#### MATERIAL FOR THIS TASK

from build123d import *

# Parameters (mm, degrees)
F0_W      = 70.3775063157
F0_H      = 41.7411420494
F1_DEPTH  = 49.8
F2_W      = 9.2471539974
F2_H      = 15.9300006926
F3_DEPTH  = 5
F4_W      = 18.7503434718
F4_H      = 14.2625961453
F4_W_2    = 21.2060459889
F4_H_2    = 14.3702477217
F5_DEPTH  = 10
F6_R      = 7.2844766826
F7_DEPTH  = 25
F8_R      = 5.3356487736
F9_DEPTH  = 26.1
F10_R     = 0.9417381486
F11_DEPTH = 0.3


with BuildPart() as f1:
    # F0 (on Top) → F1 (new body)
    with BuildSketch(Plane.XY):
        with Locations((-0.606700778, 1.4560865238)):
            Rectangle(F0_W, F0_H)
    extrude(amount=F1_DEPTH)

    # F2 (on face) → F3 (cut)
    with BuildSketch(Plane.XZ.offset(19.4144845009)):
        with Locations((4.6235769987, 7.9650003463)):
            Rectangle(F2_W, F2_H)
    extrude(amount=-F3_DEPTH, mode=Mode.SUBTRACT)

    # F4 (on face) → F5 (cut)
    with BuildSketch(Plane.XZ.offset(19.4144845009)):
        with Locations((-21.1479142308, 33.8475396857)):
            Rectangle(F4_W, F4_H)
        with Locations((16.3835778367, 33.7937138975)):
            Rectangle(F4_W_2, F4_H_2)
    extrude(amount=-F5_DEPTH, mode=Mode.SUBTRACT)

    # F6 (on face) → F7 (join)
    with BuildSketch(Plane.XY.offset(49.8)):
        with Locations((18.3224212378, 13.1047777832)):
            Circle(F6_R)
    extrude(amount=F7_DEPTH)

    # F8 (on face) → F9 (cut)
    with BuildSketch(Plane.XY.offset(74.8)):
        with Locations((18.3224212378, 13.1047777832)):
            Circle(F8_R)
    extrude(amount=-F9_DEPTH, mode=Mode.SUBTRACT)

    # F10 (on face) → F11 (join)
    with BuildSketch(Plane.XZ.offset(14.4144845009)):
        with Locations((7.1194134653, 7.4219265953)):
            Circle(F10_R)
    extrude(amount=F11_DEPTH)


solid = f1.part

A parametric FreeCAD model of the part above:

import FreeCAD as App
import Part
import Sketcher
Q = App.Units.Quantity


def add_polygon(sketch, points):
    """Adds a closed chain of lines whose ends are joined by coincident constraints."""
    first, n = sketch.GeometryCount, len(points)
    for a, b in zip(points, points[1:] + points[:1]):
        sketch.addGeometry(Part.LineSegment(App.Vector(*a, 0), App.Vector(*b, 0)), False)
    for i in range(n):
        sketch.addConstraint(Sketcher.Constraint("Coincident", first + i, 2, first + (i + 1) % n, 1))

doc = App.newDocument("Part")
body = doc.addObject("PartDesign::Body", "Body")

# Sketch on XY plane
sketch1 = body.newObject("Sketcher::SketchObject", "Sketch")
sketch1.AttachmentSupport = (doc.getObject("XY_Plane"), [""])
sketch1.MapMode = "FlatFace"
add_polygon(sketch1, [(-35.795454, 22.326658), (-35.795454, -19.414485), (34.582052, -19.414485), (34.582052, 22.326658)])  # lines 0-3
sketch1.addConstraint(Sketcher.Constraint("Vertical", 0))
sketch1.addConstraint(Sketcher.Constraint("Horizontal", 1))
sketch1.addConstraint(Sketcher.Constraint("Vertical", 2))
sketch1.addConstraint(Sketcher.Constraint("Horizontal", 3))
sketch1.addConstraint(Sketcher.Constraint("DistanceX", 1, 1, 1, 2, Q("70.377506 mm")))
sketch1.addConstraint(Sketcher.Constraint("DistanceY", 0, 2, 0, 1, Q("41.741142 mm")))
sketch1.addConstraint(Sketcher.Constraint("DistanceX", 0, 2, -1, 1, Q("35.795454 mm")))
sketch1.addConstraint(Sketcher.Constraint("DistanceY", 0, 2, -1, 1, Q("19.414485 mm")))
pad1 = body.newObject("PartDesign::Pad", "Pad")
pad1.Profile = sketch1
pad1.Length = 49.8

# Sketch on XZ plane
sketch2 = body.newObject("Sketcher::SketchObject", "Sketch001")
sketch2.AttachmentSupport = (doc.getObject("XZ_Plane"), [""])
sketch2.MapMode = "FlatFace"
sketch2.AttachmentOffset = App.Placement(App.Vector(0, 0, 19.414485), App.Rotation())
add_polygon(sketch2, [(0, 15.930001), (0, 0), (9.247154, 0), (9.247154, 15.930001)])  # lines 0-3
sketch2.addConstraint(Sketcher.Constraint("Vertical", 0))
sketch2.addConstraint(Sketcher.Constraint("Horizontal", 1))
sketch2.addConstraint(Sketcher.Constraint("Vertical", 2))
sketch2.addConstraint(Sketcher.Constraint("Horizontal", 3))
sketch2.addConstraint(Sketcher.Constraint("Coincident", 0, 2, -1, 1))
sketch2.addConstraint(Sketcher.Constraint("DistanceY", 0, 2, 0, 1, Q("15.930001 mm")))
sketch2.addConstraint(Sketcher.Constraint("DistanceX", 1, 1, 1, 2, Q("9.247154 mm")))
pocket1 = body.newObject("PartDesign::Pocket", "Pocket")
pocket1.Profile = sketch2
pocket1.Length = 5

# Sketch on XZ plane
sketch3 = body.newObject("Sketcher::SketchObject", "Sketch002")
sketch3.AttachmentSupport = (doc.getObject("XZ_Plane"), [""])
sketch3.MapMode = "FlatFace"
sketch3.AttachmentOffset = App.Placement(App.Vector(0, 0, 19.414485), App.Rotation())
add_polygon(sketch3, [(-30.523086, 40.978838), (-30.523086, 26.716242), (-11.772742, 26.716242), (-11.772742, 40.978838)])  # lines 0-3
add_polygon(sketch3, [(5.780555, 40.978838), (5.780555, 26.60859), (26.986601, 26.60859), (26.986601, 40.978838)])  # lines 4-7
sketch3.addConstraint(Sketcher.Constraint("Vertical", 0))
sketch3.addConstraint(Sketcher.Constraint("Horizontal", 1))
sketch3.addConstraint(Sketcher.Constraint("Vertical", 2))
sketch3.addConstraint(Sketcher.Constraint("Horizontal", 3))
sketch3.addConstraint(Sketcher.Constraint("Vertical", 4))
sketch3.addConstraint(Sketcher.Constraint("Horizontal", 5))
sketch3.addConstraint(Sketcher.Constraint("Vertical", 6))
sketch3.addConstraint(Sketcher.Constraint("Horizontal", 7))
sketch3.addConstraint(Sketcher.Constraint("Horizontal", 3, 2, 6, 2))
sketch3.addConstraint(Sketcher.Constraint("DistanceX", -1, 1, 5, 2, Q("26.986601 mm")))
sketch3.addConstraint(Sketcher.Constraint("DistanceX", 1, 1, 1, 2, Q("18.750343 mm")))
sketch3.addConstraint(Sketcher.Constraint("DistanceX", 5, 1, 5, 2, Q("21.206046 mm")))
sketch3.addConstraint(Sketcher.Constraint("DistanceY", 0, 2, 0, 1, Q("14.262596 mm")))
sketch3.addConstraint(Sketcher.Constraint("DistanceY", 4, 2, 4, 1, Q("14.370248 mm")))
sketch3.addConstraint(Sketcher.Constraint("DistanceY", -1, 1, 0, 2, Q("26.716242 mm")))
sketch3.addConstraint(Sketcher.Constraint("DistanceX", 0, 2, 4, 2, Q("36.303641 mm")))
pocket2 = body.newObject("PartDesign::Pocket", "Pocket001")
pocket2.Profile = sketch3
pocket2.Length = 10

# Sketch on XY plane
sketch4 = body.newObject("Sketcher::SketchObject", "Sketch003")
sketch4.AttachmentSupport = (doc.getObject("XY_Plane"), [""])
sketch4.MapMode = "FlatFace"
sketch4.AttachmentOffset = App.Placement(App.Vector(0, 0, 49.8), App.Rotation())
sketch4.addGeometry(Part.Circle(App.Vector(18.322421, 13.104778, 0), App.Vector(0, 0, 1), 7.284477), False)
sketch4.addConstraint(Sketcher.Constraint("Diameter", 0, Q("14.568953 mm")))
sketch4.addConstraint(Sketcher.Constraint("DistanceX", -1, 1, 0, 3, Q("18.322421 mm")))
sketch4.addConstraint(Sketcher.Constraint("DistanceY", -1, 1, 0, 3, Q("13.104778 mm")))
pad2 = body.newObject("PartDesign::Pad", "Pad001")
pad2.Profile = sketch4
pad2.Length = 25

# Sketch on XY plane
sketch5 = body.newObject("Sketcher::SketchObject", "Sketch004")
sketch5.AttachmentSupport = (doc.getObject("XY_Plane"), [""])
sketch5.MapMode = "FlatFace"
sketch5.AttachmentOffset = App.Placement(App.Vector(0, 0, 74.8), App.Rotation())
sketch5.addGeometry(Part.Circle(App.Vector(18.322421, 13.104778, 0), App.Vector(0, 0, 1), 5.335649), False)
sketch5.addConstraint(Sketcher.Constraint("Diameter", 0, Q("10.671298 mm")))
sketch5.addConstraint(Sketcher.Constraint("DistanceX", -1, 1, 0, 3, Q("18.322421 mm")))
sketch5.addConstraint(Sketcher.Constraint("DistanceY", -1, 1, 0, 3, Q("13.104778 mm")))
pocket3 = body.newObject("PartDesign::Pocket", "Pocket002")
pocket3.Profile = sketch5
pocket3.Length = 26.1

# Sketch on XZ plane
sketch6 = body.newObject("Sketcher::SketchObject", "Sketch005")
sketch6.AttachmentSupport = (doc.getObject("XZ_Plane"), [""])
sketch6.MapMode = "FlatFace"
sketch6.AttachmentOffset = App.Placement(App.Vector(0, 0, 14.414485), App.Rotation())
sketch6.addGeometry(Part.Circle(App.Vector(7.119413, 7.421927, 0), App.Vector(0, 0, 1), 0.941738), False)
sketch6.addConstraint(Sketcher.Constraint("Diameter", 0, Q("1.883476 mm")))
sketch6.addConstraint(Sketcher.Constraint("DistanceX", -1, 1, 0, 3, Q("7.119413 mm")))
sketch6.addConstraint(Sketcher.Constraint("DistanceY", -1, 1, 0, 3, Q("7.421927 mm")))
pad3 = body.newObject("PartDesign::Pad", "Pad002")
pad3.Profile = sketch6
pad3.Length = 0.3

doc.recompute()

########

### TO DO
For the material above, reproduce exactly the lines from the line with "# F10 (on face) → F11 (join)" to the line with "A parametric FreeCAD", inclusive, and exclude all others.

### RESULT BELOW
    # F10 (on face) → F11 (join)
    with BuildSketch(Plane.XZ.offset(14.4144845009)):
        with Locations((7.1194134653, 7.4219265953)):
            Circle(F10_R)
    extrude(amount=F11_DEPTH)


solid = f1.part

A parametric FreeCAD model of the part above:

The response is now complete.